─── WORKING DATA ───

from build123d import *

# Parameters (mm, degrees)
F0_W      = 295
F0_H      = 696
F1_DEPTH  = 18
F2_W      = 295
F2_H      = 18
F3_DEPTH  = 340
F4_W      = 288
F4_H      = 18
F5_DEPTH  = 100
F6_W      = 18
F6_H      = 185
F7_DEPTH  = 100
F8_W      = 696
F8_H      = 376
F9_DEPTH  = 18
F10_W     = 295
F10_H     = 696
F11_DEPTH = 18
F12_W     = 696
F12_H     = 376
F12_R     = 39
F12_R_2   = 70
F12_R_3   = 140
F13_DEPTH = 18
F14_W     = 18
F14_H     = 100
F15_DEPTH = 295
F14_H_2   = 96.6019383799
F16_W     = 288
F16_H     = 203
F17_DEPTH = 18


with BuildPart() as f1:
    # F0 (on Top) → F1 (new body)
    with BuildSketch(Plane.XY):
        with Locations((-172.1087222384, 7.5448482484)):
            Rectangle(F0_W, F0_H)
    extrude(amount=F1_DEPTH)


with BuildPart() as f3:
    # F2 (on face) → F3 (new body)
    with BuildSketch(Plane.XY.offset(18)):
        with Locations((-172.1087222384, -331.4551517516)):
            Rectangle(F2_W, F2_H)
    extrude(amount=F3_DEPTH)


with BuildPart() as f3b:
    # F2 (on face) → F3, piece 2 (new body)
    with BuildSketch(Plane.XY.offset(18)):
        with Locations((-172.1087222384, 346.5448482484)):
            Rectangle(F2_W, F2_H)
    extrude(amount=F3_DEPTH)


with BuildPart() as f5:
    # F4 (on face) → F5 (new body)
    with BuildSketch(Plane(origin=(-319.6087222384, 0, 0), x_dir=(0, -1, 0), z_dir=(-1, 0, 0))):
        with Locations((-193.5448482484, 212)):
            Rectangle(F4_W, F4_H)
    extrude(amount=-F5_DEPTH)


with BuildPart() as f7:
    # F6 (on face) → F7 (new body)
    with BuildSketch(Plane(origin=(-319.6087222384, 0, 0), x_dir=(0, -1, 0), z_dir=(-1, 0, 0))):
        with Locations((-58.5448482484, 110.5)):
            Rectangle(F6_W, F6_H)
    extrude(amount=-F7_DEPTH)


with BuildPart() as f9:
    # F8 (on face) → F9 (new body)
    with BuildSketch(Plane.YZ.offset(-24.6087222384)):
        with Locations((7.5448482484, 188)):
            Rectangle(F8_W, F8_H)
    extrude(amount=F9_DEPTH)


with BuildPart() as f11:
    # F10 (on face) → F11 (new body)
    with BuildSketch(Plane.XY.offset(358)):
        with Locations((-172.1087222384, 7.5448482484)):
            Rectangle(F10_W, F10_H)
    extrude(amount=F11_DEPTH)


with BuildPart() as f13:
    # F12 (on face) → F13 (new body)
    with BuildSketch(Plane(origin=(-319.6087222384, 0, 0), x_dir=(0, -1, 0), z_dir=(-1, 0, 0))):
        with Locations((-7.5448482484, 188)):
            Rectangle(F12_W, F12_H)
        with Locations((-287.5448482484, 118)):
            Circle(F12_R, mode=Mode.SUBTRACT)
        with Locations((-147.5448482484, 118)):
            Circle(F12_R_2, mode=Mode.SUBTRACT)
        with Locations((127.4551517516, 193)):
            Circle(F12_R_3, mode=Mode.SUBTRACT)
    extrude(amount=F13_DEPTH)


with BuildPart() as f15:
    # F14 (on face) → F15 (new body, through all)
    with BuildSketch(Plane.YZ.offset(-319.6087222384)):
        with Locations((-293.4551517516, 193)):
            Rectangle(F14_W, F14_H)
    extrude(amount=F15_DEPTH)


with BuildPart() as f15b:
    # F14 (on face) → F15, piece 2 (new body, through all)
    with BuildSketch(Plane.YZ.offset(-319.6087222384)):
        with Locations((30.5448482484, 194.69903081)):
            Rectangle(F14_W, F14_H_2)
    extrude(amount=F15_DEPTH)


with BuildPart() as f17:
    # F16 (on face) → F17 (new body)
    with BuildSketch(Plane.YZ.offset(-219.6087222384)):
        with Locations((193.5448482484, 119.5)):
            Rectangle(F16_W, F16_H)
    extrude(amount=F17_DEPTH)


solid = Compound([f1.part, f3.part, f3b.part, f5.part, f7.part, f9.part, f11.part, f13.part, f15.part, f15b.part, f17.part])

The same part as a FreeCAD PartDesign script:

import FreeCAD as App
import Part
import Sketcher


def add_polygon(sketch, points):
    """Adds a closed chain of lines whose ends are joined by coincident constraints."""
    first, n = sketch.GeometryCount, len(points)
    for a, b in zip(points, points[1:] + points[:1]):
        sketch.addGeometry(Part.LineSegment(App.Vector(*a, 0), App.Vector(*b, 0)), False)
    for i in range(n):
        sketch.addConstraint(Sketcher.Constraint("Coincident", first + i, 2, first + (i + 1) % n, 1))

doc = App.newDocument("Part")
body = doc.addObject("PartDesign::Body", "Body")

sketch1 = doc.addObject("Sketcher::SketchObject", "Sketch")
body.addObject(sketch1)
sketch1.AttachmentSupport = (doc.XY_Plane, [""])
sketch1.MapMode = "FlatFace"
add_polygon(sketch1, [(-319.608722, 355.544848), (-319.608722, -340.455152), (-24.608722, -340.455152), (-24.608722, 355.544848)])
sketch1.addConstraint([
    Sketcher.Constraint("Vertical", 0),
    Sketcher.Constraint("Horizontal", 1),
    Sketcher.Constraint("Vertical", 2),
    Sketcher.Constraint("Horizontal", 3),
    Sketcher.Constraint("DistanceX", 1, 1, 1, 2, 295.0),
    Sketcher.Constraint("DistanceY", 0, 2, 0, 1, 696.0),
    Sketcher.Constraint("DistanceY", 0, 2, -1, 1, 340.455152),
    Sketcher.Constraint("DistanceX", 0, 2, -1, 1, 319.608722),
])
pad1 = doc.addObject("PartDesign::Pad", "Pad")
body.addObject(pad1)
pad1.Profile = sketch1
pad1.Length = 18
body2 = doc.addObject("PartDesign::Body", "Body001")

sketch2 = doc.addObject("Sketcher::SketchObject", "Sketch001")
body2.addObject(sketch2)
sketch2.AttachmentSupport = (doc.getObject("XY_Plane001"), [""])
sketch2.MapMode = "FlatFace"
sketch2.AttachmentOffset = App.Placement(App.Vector(0, 0, 18), App.Rotation())
add_polygon(sketch2, [(-319.608722, -322.455152), (-319.608722, -340.455152), (-24.608722, -340.455152), (-24.608722, -322.455152)])
sketch2.addConstraint([
    Sketcher.Constraint("Vertical", 0),
    Sketcher.Constraint("Horizontal", 1),
    Sketcher.Constraint("Vertical", 2),
    Sketcher.Constraint("Horizontal", 3),
    Sketcher.Constraint("DistanceX", 1, 1, 1, 2, 295.0),
    Sketcher.Constraint("DistanceY", 0, 2, 0, 1, 18.0),
    Sketcher.Constraint("DistanceY", 0, 2, -1, 1, 340.455152),
    Sketcher.Constraint("DistanceX", 0, 2, -1, 1, 319.608722),
])
pad2 = doc.addObject("PartDesign::Pad", "Pad001")
body2.addObject(pad2)
pad2.Profile = sketch2
pad2.Length = 340
body3 = doc.addObject("PartDesign::Body", "Body002")

sketch3 = doc.addObject("Sketcher::SketchObject", "Sketch002")
body3.addObject(sketch3)
sketch3.AttachmentSupport = (doc.getObject("XY_Plane002"), [""])
sketch3.MapMode = "FlatFace"
sketch3.AttachmentOffset = App.Placement(App.Vector(0, 0, 18), App.Rotation())
add_polygon(sketch3, [(-319.608722, 355.544848), (-319.608722, 337.544848), (-24.608722, 337.544848), (-24.608722, 355.544848)])
sketch3.addConstraint([
    Sketcher.Constraint("Vertical", 0),
    Sketcher.Constraint("Horizontal", 1),
    Sketcher.Constraint("Vertical", 2),
    Sketcher.Constraint("Horizontal", 3),
    Sketcher.Constraint("DistanceX", 1, 1, 1, 2, 295.0),
    Sketcher.Constraint("DistanceY", 0, 2, 0, 1, 18.0),
    Sketcher.Constraint("DistanceY", -1, 1, 0, 2, 337.544848),
    Sketcher.Constraint("DistanceX", 0, 2, -1, 1, 319.608722),
])
pad3 = doc.addObject("PartDesign::Pad", "Pad002")
body3.addObject(pad3)
pad3.Profile = sketch3
pad3.Length = 340
body4 = doc.addObject("PartDesign::Body", "Body003")

sketch4 = doc.addObject("Sketcher::SketchObject", "Sketch003")
body4.addObject(sketch4)
sketch4.AttachmentSupport = (doc.getObject("YZ_Plane003"), [""])
sketch4.MapMode = "FlatFace"
sketch4.AttachmentOffset = App.Placement(App.Vector(0, 0, -319.608722), App.Rotation())
add_polygon(sketch4, [(337.544848, 221), (337.544848, 203), (49.544848, 203), (49.544848, 221)])
sketch4.addConstraint([
    Sketcher.Constraint("Vertical", 0),
    Sketcher.Constraint("Horizontal", 1),
    Sketcher.Constraint("Vertical", 2),
    Sketcher.Constraint("Horizontal", 3),
    Sketcher.Constraint("DistanceX", 1, 2, 1, 1, 288.0),
    Sketcher.Constraint("DistanceY", 0, 2, 0, 1, 18.0),
    Sketcher.Constraint("DistanceY", -1, 1, 0, 2, 203.0),
    Sketcher.Constraint("DistanceX", -1, 1, 0, 2, 337.544848),
])
pad4 = doc.addObject("PartDesign::Pad", "Pad003")
body4.addObject(pad4)
pad4.Profile = sketch4
pad4.Length = 100
body5 = doc.addObject("PartDesign::Body", "Body004")

sketch5 = doc.addObject("Sketcher::SketchObject", "Sketch004")
body5.addObject(sketch5)
sketch5.AttachmentSupport = (doc.getObject("YZ_Plane004"), [""])
sketch5.MapMode = "FlatFace"
sketch5.AttachmentOffset = App.Placement(App.Vector(0, 0, -319.608722), App.Rotation())
add_polygon(sketch5, [(67.544848, 203), (67.544848, 18), (49.544848, 18), (49.544848, 203)])
sketch5.addConstraint([
    Sketcher.Constraint("Vertical", 0),
    Sketcher.Constraint("Horizontal", 1),
    Sketcher.Constraint("Vertical", 2),
    Sketcher.Constraint("Horizontal", 3),
    Sketcher.Constraint("DistanceX", 1, 2, 1, 1, 18.0),
    Sketcher.Constraint("DistanceY", 0, 2, 0, 1, 185.0),
    Sketcher.Constraint("DistanceY", -1, 1, 0, 2, 18.0),
    Sketcher.Constraint("DistanceX", -1, 1, 0, 2, 67.544848),
])
pad5 = doc.addObject("PartDesign::Pad", "Pad004")
body5.addObject(pad5)
pad5.Profile = sketch5
pad5.Length = 100
body6 = doc.addObject("PartDesign::Body", "Body005")

sketch6 = doc.addObject("Sketcher::SketchObject", "Sketch005")
body6.addObject(sketch6)
sketch6.AttachmentSupport = (doc.getObject("YZ_Plane005"), [""])
sketch6.MapMode = "FlatFace"
sketch6.AttachmentOffset = App.Placement(App.Vector(0, 0, -24.608722), App.Rotation())
add_polygon(sketch6, [(-340.455152, 376), (-340.455152, 0), (355.544848, 0), (355.544848, 376)])
sketch6.addConstraint([
    Sketcher.Constraint("Vertical", 0),
    Sketcher.Constraint("Horizontal", 1),
    Sketcher.Constraint("Vertical", 2),
    Sketcher.Constraint("Horizontal", 3),
    Sketcher.Constraint("PointOnObject", 0, 2, -1),
    Sketcher.Constraint("DistanceX", 1, 1, 1, 2, 696.0),
    Sketcher.Constraint("DistanceY", 0, 2, 0, 1, 376.0),
    Sketcher.Constraint("DistanceX", 0, 2, -1, 1, 340.455152),
])
pad6 = doc.addObject("PartDesign::Pad", "Pad005")
body6.addObject(pad6)
pad6.Profile = sketch6
pad6.Length = 18
body7 = doc.addObject("PartDesign::Body", "Body006")

sketch7 = doc.addObject("Sketcher::SketchObject", "Sketch006")
body7.addObject(sketch7)
sketch7.AttachmentSupport = (doc.getObject("XY_Plane006"), [""])
sketch7.MapMode = "FlatFace"
sketch7.AttachmentOffset = App.Placement(App.Vector(0, 0, 358), App.Rotation())
add_polygon(sketch7, [(-319.608722, 355.544848), (-319.608722, -340.455152), (-24.608722, -340.455152), (-24.608722, 355.544848)])
sketch7.addConstraint([
    Sketcher.Constraint("Vertical", 0),
    Sketcher.Constraint("Horizontal", 1),
    Sketcher.Constraint("Vertical", 2),
    Sketcher.Constraint("Horizontal", 3),
    Sketcher.Constraint("DistanceX", 1, 1, 1, 2, 295.0),
    Sketcher.Constraint("DistanceY", 0, 2, 0, 1, 696.0),
    Sketcher.Constraint("DistanceY", 0, 2, -1, 1, 340.455152),
    Sketcher.Constraint("DistanceX", 0, 2, -1, 1, 319.608722),
])
pad7 = doc.addObject("PartDesign::Pad", "Pad006")
body7.addObject(pad7)
pad7.Profile = sketch7
pad7.Length = 18
body8 = doc.addObject("PartDesign::Body", "Body007")

sketch8 = doc.addObject("Sketcher::SketchObject", "Sketch007")
body8.addObject(sketch8)
sketch8.AttachmentSupport = (doc.getObject("YZ_Plane007"), [""])
sketch8.MapMode = "FlatFace"
sketch8.AttachmentOffset = App.Placement(App.Vector(0, 0, -319.608722), App.Rotation())
add_polygon(sketch8, [(355.544848, 376), (355.544848, 0), (-340.455152, 0), (-340.455152, 376)])
sketch8.addGeometry(Part.Circle(App.Vector(287.544848, 118, 0), App.Vector(0, 0, 1), 39), False)
sketch8.addGeometry(Part.Circle(App.Vector(147.544848, 118, 0), App.Vector(0, 0, 1), 70), False)
sketch8.addGeometry(Part.Circle(App.Vector(-127.455152, 193, 0), App.Vector(0, 0, 1), 140), False)
sketch8.addConstraint([
    Sketcher.Constraint("Vertical", 0),
    Sketcher.Constraint("Horizontal", 1),
    Sketcher.Constraint("Vertical", 2),
    Sketcher.Constraint("Horizontal", 3),
    Sketcher.Constraint("PointOnObject", 0, 2, -1),
    Sketcher.Constraint("Horizontal", 4, 3, 5, 3),
    Sketcher.Constraint("Diameter", 4, 78.0),
    Sketcher.Constraint("Diameter", 5, 140.0),
    Sketcher.Constraint("Diameter", 6, 280.0),
    Sketcher.Constraint("DistanceX", 1, 2, 1, 1, 696.0),
    Sketcher.Constraint("DistanceY", 0, 2, 0, 1, 376.0),
    Sketcher.Constraint("DistanceY", -1, 1, 4, 3, 118.0),
    Sketcher.Constraint("DistanceY", -1, 1, 6, 3, 193.0),
    Sketcher.Constraint("DistanceX", 5, 3, 4, 3, 140.0),
    Sketcher.Constraint("DistanceX", 6, 3, 5, 3, 275.0),
    Sketcher.Constraint("DistanceX", 4, 3, 0, 2, 68.0),
    Sketcher.Constraint("DistanceX", -1, 1, 4, 3, 287.544848),
])
pad8 = doc.addObject("PartDesign::Pad", "Pad007")
body8.addObject(pad8)
pad8.Profile = sketch8
pad8.Length = 18
pad8.Reversed = True
body9 = doc.addObject("PartDesign::Body", "Body008")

───

▶ [EXERCISE DETAILS]: What you give back should be only the lines of the records above, starting at the line with "F15_DEPTH = 295" and ending at the line with "# F2 (on face) → F3 (new body)", restated word for word.

▶ [SOLUTION TO THE EXERCISE]:
F15_DEPTH = 295
F14_H_2   = 96.6019383799
F16_W     = 288
F16_H     = 203
F17_DEPTH = 18


with BuildPart() as f1:
    # F0 (on Top) → F1 (new body)
    with BuildSketch(Plane.XY):
        with Locations((-172.1087222384, 7.5448482484)):
            Rectangle(F0_W, F0_H)
    extrude(amount=F1_DEPTH)


with BuildPart() as f3:
    # F2 (on face) → F3 (new body)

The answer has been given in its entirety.